Again, because of having introduced the super-node (elder) network (letting a small group of elders govern each size-capped section), storing and sharing the entire routing table of the section becomes predictably inexpensive. From what I see, non-elders (adults) only know about the members of its own section, only the elders are aware of the other sections beyond.

Finally, in terms of code organization, not everything is neatly placed (which I think is very hard to do perfectly for a big project like this). Quite a few tightly related functions, for instance, are spread across the routing and messaging crates, but it's not always obvious why a certain logic should be placed in one crate instead of the other, e.g. Section and related code are defined in messaging, as opposed to routing, which at least conceptually is hard to understand. But of course, there could be very likely strong reasons that led to the decision, all I'm saying is, for newbies at least, jumping back and forth between these crates in order to follow a logic can be taxing.

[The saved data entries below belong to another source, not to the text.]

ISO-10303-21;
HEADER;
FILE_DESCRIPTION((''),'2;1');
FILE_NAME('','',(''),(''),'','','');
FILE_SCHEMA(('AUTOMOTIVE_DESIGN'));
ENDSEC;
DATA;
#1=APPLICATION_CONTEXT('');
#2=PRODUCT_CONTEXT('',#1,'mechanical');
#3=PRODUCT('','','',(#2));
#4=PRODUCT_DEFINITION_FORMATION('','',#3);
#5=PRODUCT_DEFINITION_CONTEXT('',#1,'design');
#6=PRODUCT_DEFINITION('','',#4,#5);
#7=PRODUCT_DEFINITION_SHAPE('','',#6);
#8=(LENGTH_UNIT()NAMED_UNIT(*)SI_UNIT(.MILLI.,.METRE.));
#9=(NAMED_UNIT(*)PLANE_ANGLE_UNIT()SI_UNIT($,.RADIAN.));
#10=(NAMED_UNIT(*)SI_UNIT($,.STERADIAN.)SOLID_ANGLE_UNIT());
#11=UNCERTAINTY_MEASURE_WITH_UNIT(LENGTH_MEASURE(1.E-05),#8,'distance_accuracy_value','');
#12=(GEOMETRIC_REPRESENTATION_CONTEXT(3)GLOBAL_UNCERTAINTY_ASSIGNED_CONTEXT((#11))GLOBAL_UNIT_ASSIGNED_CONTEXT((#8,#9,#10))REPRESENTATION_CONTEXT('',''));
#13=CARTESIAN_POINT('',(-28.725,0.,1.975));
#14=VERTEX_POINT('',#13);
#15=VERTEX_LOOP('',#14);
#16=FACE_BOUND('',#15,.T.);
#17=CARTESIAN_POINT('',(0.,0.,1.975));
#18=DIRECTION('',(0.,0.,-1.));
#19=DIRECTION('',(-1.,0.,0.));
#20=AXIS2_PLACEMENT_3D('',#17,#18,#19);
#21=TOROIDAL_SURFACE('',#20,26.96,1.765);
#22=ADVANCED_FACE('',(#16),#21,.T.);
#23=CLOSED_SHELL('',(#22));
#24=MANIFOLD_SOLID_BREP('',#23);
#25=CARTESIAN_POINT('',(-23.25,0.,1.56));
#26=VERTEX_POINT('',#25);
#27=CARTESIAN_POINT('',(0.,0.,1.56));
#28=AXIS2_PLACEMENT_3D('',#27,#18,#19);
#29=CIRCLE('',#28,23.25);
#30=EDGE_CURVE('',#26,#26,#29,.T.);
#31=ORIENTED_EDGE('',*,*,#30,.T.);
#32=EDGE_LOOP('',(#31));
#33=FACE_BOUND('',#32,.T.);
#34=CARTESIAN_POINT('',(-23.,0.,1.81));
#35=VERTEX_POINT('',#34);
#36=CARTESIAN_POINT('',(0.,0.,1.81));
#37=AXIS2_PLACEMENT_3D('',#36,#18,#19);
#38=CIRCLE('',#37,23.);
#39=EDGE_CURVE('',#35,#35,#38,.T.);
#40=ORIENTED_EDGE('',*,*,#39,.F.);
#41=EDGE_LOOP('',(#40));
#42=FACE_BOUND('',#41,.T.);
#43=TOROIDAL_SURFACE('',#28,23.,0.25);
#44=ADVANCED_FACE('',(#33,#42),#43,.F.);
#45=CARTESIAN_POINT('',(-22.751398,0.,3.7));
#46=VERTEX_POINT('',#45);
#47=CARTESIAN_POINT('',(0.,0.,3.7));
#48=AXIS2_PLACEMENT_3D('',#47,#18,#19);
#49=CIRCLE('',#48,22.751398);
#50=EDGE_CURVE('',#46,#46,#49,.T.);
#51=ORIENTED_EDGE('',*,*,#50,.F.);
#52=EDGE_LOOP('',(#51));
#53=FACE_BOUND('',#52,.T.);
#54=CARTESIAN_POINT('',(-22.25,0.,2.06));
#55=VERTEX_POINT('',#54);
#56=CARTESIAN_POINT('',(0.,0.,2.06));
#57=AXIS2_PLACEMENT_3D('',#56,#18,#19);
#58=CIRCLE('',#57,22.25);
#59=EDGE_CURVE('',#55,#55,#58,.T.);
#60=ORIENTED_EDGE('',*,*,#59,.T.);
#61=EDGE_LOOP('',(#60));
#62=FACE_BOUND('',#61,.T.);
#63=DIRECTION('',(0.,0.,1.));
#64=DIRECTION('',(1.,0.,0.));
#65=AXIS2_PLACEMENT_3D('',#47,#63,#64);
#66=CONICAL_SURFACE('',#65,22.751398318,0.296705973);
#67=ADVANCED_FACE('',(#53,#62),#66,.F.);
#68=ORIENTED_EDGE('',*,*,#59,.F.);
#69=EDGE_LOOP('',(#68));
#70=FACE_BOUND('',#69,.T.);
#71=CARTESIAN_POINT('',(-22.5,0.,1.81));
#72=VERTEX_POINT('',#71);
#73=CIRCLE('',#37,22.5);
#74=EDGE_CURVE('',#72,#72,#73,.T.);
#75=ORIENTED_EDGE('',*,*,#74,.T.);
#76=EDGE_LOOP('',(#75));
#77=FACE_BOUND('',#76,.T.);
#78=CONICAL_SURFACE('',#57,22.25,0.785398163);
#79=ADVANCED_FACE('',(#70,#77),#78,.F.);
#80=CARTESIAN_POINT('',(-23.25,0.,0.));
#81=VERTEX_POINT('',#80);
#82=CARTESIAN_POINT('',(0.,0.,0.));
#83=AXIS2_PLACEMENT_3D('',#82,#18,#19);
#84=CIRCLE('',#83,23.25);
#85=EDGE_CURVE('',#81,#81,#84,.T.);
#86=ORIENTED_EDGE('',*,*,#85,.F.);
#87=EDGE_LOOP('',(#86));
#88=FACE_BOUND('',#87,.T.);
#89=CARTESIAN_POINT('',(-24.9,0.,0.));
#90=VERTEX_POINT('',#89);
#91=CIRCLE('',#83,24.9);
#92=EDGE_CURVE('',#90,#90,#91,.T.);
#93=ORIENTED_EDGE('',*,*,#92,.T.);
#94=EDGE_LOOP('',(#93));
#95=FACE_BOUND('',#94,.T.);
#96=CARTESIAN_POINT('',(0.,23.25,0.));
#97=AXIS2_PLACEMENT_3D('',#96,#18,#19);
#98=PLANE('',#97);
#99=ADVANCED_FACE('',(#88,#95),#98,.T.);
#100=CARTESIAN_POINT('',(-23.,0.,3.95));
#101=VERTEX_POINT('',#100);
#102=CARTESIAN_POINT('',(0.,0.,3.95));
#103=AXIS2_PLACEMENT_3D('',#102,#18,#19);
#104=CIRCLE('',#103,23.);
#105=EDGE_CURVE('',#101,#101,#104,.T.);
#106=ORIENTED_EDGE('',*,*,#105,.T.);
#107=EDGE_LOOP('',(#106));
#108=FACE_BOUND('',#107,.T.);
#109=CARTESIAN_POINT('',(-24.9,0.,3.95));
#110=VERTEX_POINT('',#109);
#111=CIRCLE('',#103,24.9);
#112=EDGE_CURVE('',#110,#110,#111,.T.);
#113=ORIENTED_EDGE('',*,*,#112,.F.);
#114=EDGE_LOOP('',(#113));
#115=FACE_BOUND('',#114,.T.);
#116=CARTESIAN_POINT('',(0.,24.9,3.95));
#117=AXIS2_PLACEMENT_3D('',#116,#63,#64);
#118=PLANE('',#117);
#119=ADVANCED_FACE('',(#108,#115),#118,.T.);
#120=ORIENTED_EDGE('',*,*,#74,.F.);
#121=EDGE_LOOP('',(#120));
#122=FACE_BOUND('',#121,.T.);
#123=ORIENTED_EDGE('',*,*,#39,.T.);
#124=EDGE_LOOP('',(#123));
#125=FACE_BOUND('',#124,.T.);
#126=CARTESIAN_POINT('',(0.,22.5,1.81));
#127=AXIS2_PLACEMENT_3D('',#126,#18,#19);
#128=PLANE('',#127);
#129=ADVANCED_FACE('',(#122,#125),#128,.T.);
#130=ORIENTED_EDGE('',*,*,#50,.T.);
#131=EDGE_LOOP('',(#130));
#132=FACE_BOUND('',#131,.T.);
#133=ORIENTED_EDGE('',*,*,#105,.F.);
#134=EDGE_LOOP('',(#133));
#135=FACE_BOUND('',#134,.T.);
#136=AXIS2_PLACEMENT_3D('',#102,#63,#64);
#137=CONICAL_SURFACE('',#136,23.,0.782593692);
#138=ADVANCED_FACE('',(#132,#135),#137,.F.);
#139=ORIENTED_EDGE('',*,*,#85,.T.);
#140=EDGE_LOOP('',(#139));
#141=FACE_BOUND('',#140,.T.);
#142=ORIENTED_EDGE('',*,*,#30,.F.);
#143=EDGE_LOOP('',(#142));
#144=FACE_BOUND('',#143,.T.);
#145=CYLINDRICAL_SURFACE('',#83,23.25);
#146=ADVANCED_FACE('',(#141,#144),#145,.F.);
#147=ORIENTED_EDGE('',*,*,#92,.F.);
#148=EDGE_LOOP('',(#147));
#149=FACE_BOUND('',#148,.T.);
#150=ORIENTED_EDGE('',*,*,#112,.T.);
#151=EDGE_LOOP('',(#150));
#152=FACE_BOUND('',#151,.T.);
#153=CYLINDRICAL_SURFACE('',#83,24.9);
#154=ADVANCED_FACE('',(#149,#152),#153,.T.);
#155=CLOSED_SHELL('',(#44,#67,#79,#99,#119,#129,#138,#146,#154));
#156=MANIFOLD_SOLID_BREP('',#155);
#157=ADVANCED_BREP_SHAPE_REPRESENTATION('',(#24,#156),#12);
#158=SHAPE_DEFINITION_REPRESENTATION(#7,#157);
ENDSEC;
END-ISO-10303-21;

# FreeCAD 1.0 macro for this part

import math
import FreeCAD as App
import Part
import Sketcher

V = App.Vector
Q = App.Units.Quantity

doc = App.newDocument("Part")
params = doc.addObject("Spreadsheet::Sheet", "Params")
for row, (alias, value) in enumerate([
    ("sketch1_radius", "0.25 mm"),
    ("sketch1_width", "1.9 mm"),
    ("sketch1_width2", "0.5 mm"),
    ("sketch1_height", "3.95 mm"),
    ("sketch1_height2", "1.56 mm"),
    ("revolution_angle", "360 deg"),
    ("sketch2_diameter", "3.53 mm"),
    ("revolution2_angle", "360 deg"),
], start=1):
    params.set(f"A{row}", alias)
    params.set(f"B{row}", "=" + value)
    params.setAlias(f"B{row}", alias)

body = doc.addObject("PartDesign::Body", "Body")

# Sketch on YZ plane
sketch1 = doc.addObject("Sketcher::SketchObject", "Sketch")
body.addObject(sketch1)
sketch1.AttachmentSupport = (doc.YZ_Plane, [""])
sketch1.MapMode = "FlatFace"
sketch1.addGeometry(Part.LineSegment(V(23.25, 0, 0), V(24.9, 0, 0)), False)
sketch1.addGeometry(Part.LineSegment(V(24.9, 0, 0), V(24.9, 3.95, 0)), False)
sketch1.addGeometry(Part.LineSegment(V(24.9, 3.95, 0), V(23, 3.95, 0)), False)
sketch1.addGeometry(Part.LineSegment(V(23, 3.95, 0), V(22.75, 3.7, 0)), False)
sketch1.addGeometry(Part.LineSegment(V(22.75, 3.7, 0), V(22.25, 2.06, 0)), False)
sketch1.addGeometry(Part.LineSegment(V(22.25, 2.06, 0), V(22.5, 1.81, 0)), False)
sketch1.addGeometry(Part.LineSegment(V(22.5, 1.81, 0), V(23, 1.81, 0)), False)
sketch1.addGeometry(Part.ArcOfCircle(Part.Circle(V(23, 1.56, 0), V(0, 0, 1), 0.25), math.radians(0), math.radians(90)), False)
sketch1.addGeometry(Part.LineSegment(V(23.25, 1.56, 0), V(23.25, 0, 0)), False)
sketch1.addConstraint(Sketcher.Constraint("Coincident", 0, 2, 1, 1))
sketch1.addConstraint(Sketcher.Constraint("Coincident", 1, 2, 2, 1))
sketch1.addConstraint(Sketcher.Constraint("Coincident", 2, 2, 3, 1))
sketch1.addConstraint(Sketcher.Constraint("Coincident", 3, 2, 4, 1))
sketch1.addConstraint(Sketcher.Constraint("Coincident", 4, 2, 5, 1))
sketch1.addConstraint(Sketcher.Constraint("Coincident", 5, 2, 6, 1))
sketch1.addConstraint(Sketcher.Constraint("Tangent", 6, 2, 7, 2))
sketch1.addConstraint(Sketcher.Constraint("Tangent", 7, 1, 8, 1))
sketch1.addConstraint(Sketcher.Constraint("Coincident", 8, 2, 0, 1))
sketch1.addConstraint(Sketcher.Constraint("Horizontal", 0))
sketch1.addConstraint(Sketcher.Constraint("Vertical", 1))
sketch1.addConstraint(Sketcher.Constraint("Horizontal", 2))
sketch1.addConstraint(Sketcher.Constraint("Horizontal", 6))
sketch1.addConstraint(Sketcher.Constraint("Vertical", 8))
sketch1.addConstraint(Sketcher.Constraint("PointOnObject", 0, 2, -1))
sketch1.addConstraint(Sketcher.Constraint("Vertical", 7, 3, 2, 2))
sketch1.addConstraint(Sketcher.Constraint("Angle", 4, Q("-107 deg")))
sketch1.addConstraint(Sketcher.Constraint("Angle", 5, Q("-45 deg")))
sketch1.addConstraint(Sketcher.Constraint("Radius", 7, 0.25))
sketch1.addConstraint(Sketcher.Constraint("DistanceX", 2, 2, 2, 1, 1.9))
sketch1.addConstraint(Sketcher.Constraint("DistanceX", 6, 1, 6, 2, 0.5))
sketch1.addConstraint(Sketcher.Constraint("DistanceX", -1, 1, 7, 3, 23.0))
sketch1.addConstraint(Sketcher.Constraint("DistanceX", 4, 2, 7, 1, 1.0))
sketch1.addConstraint(Sketcher.Constraint("DistanceY", 1, 1, 1, 2, 3.95))
sketch1.addConstraint(Sketcher.Constraint("DistanceY", 8, 2, 8, 1, 1.56))
sketch1.addConstraint(Sketcher.Constraint("DistanceY", -1, 1, 3, 2, 3.7))
sketch1.setExpression("Constraints[18]", "Params.sketch1_radius")
sketch1.setExpression("Constraints[19]", "Params.sketch1_width")
sketch1.setExpression("Constraints[20]", "Params.sketch1_width2")
sketch1.setExpression("Constraints[23]", "Params.sketch1_height")
sketch1.setExpression("Constraints[24]", "Params.sketch1_height2")
revolution = doc.addObject("PartDesign::Revolution", "Revolution")
body.addObject(revolution)
revolution.Profile = sketch1
revolution.ReferenceAxis = (sketch1, ["V_Axis"])
revolution.setExpression("Angle", "Params.revolution_angle")
body2 = doc.addObject("PartDesign::Body", "Body001")

# Sketch on YZ plane
sketch2 = doc.addObject("Sketcher::SketchObject", "Sketch001")
body2.addObject(sketch2)
sketch2.AttachmentSupport = (doc.getObject("YZ_Plane001"), [""])
sketch2.MapMode = "FlatFace"
sketch2.addGeometry(Part.Circle(V(27, 2, 0), V(0, 0, 1), 1.8), False)
sketch2.addConstraint(Sketcher.Constraint("Diameter", 0, 3.53))
sketch2.addConstraint(Sketcher.Constraint("DistanceX", -1, 1, 0, 3, 26.96))
sketch2.addConstraint(Sketcher.Constraint("DistanceY", -1, 1, 0, 3, 1.975))
sketch2.setExpression("Constraints[0]", "Params.sketch2_diameter")
revolution2 = doc.addObject("PartDesign::Revolution", "Revolution001")
body2.addObject(revolution2)
revolution2.Profile = sketch2
revolution2.ReferenceAxis = (sketch2, ["V_Axis"])
revolution2.setExpression("Angle", "Params.revolution2_angle")

doc.recompute()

But overall, I'm very glad that the team have made the big decision to combine all the code into this newly created uber-repo named safe_network, which, in addition to the main reason of eliminating version mismatches, freed us all from having to clone a dozen of separate crates to study the code base. As a bonus, this merge also seemed to result in a significant reduction of the total size of the target folder down to a mere half a gig or so, whereas previously, just compiling a single crate could generate more than 2 gigs of artifacts.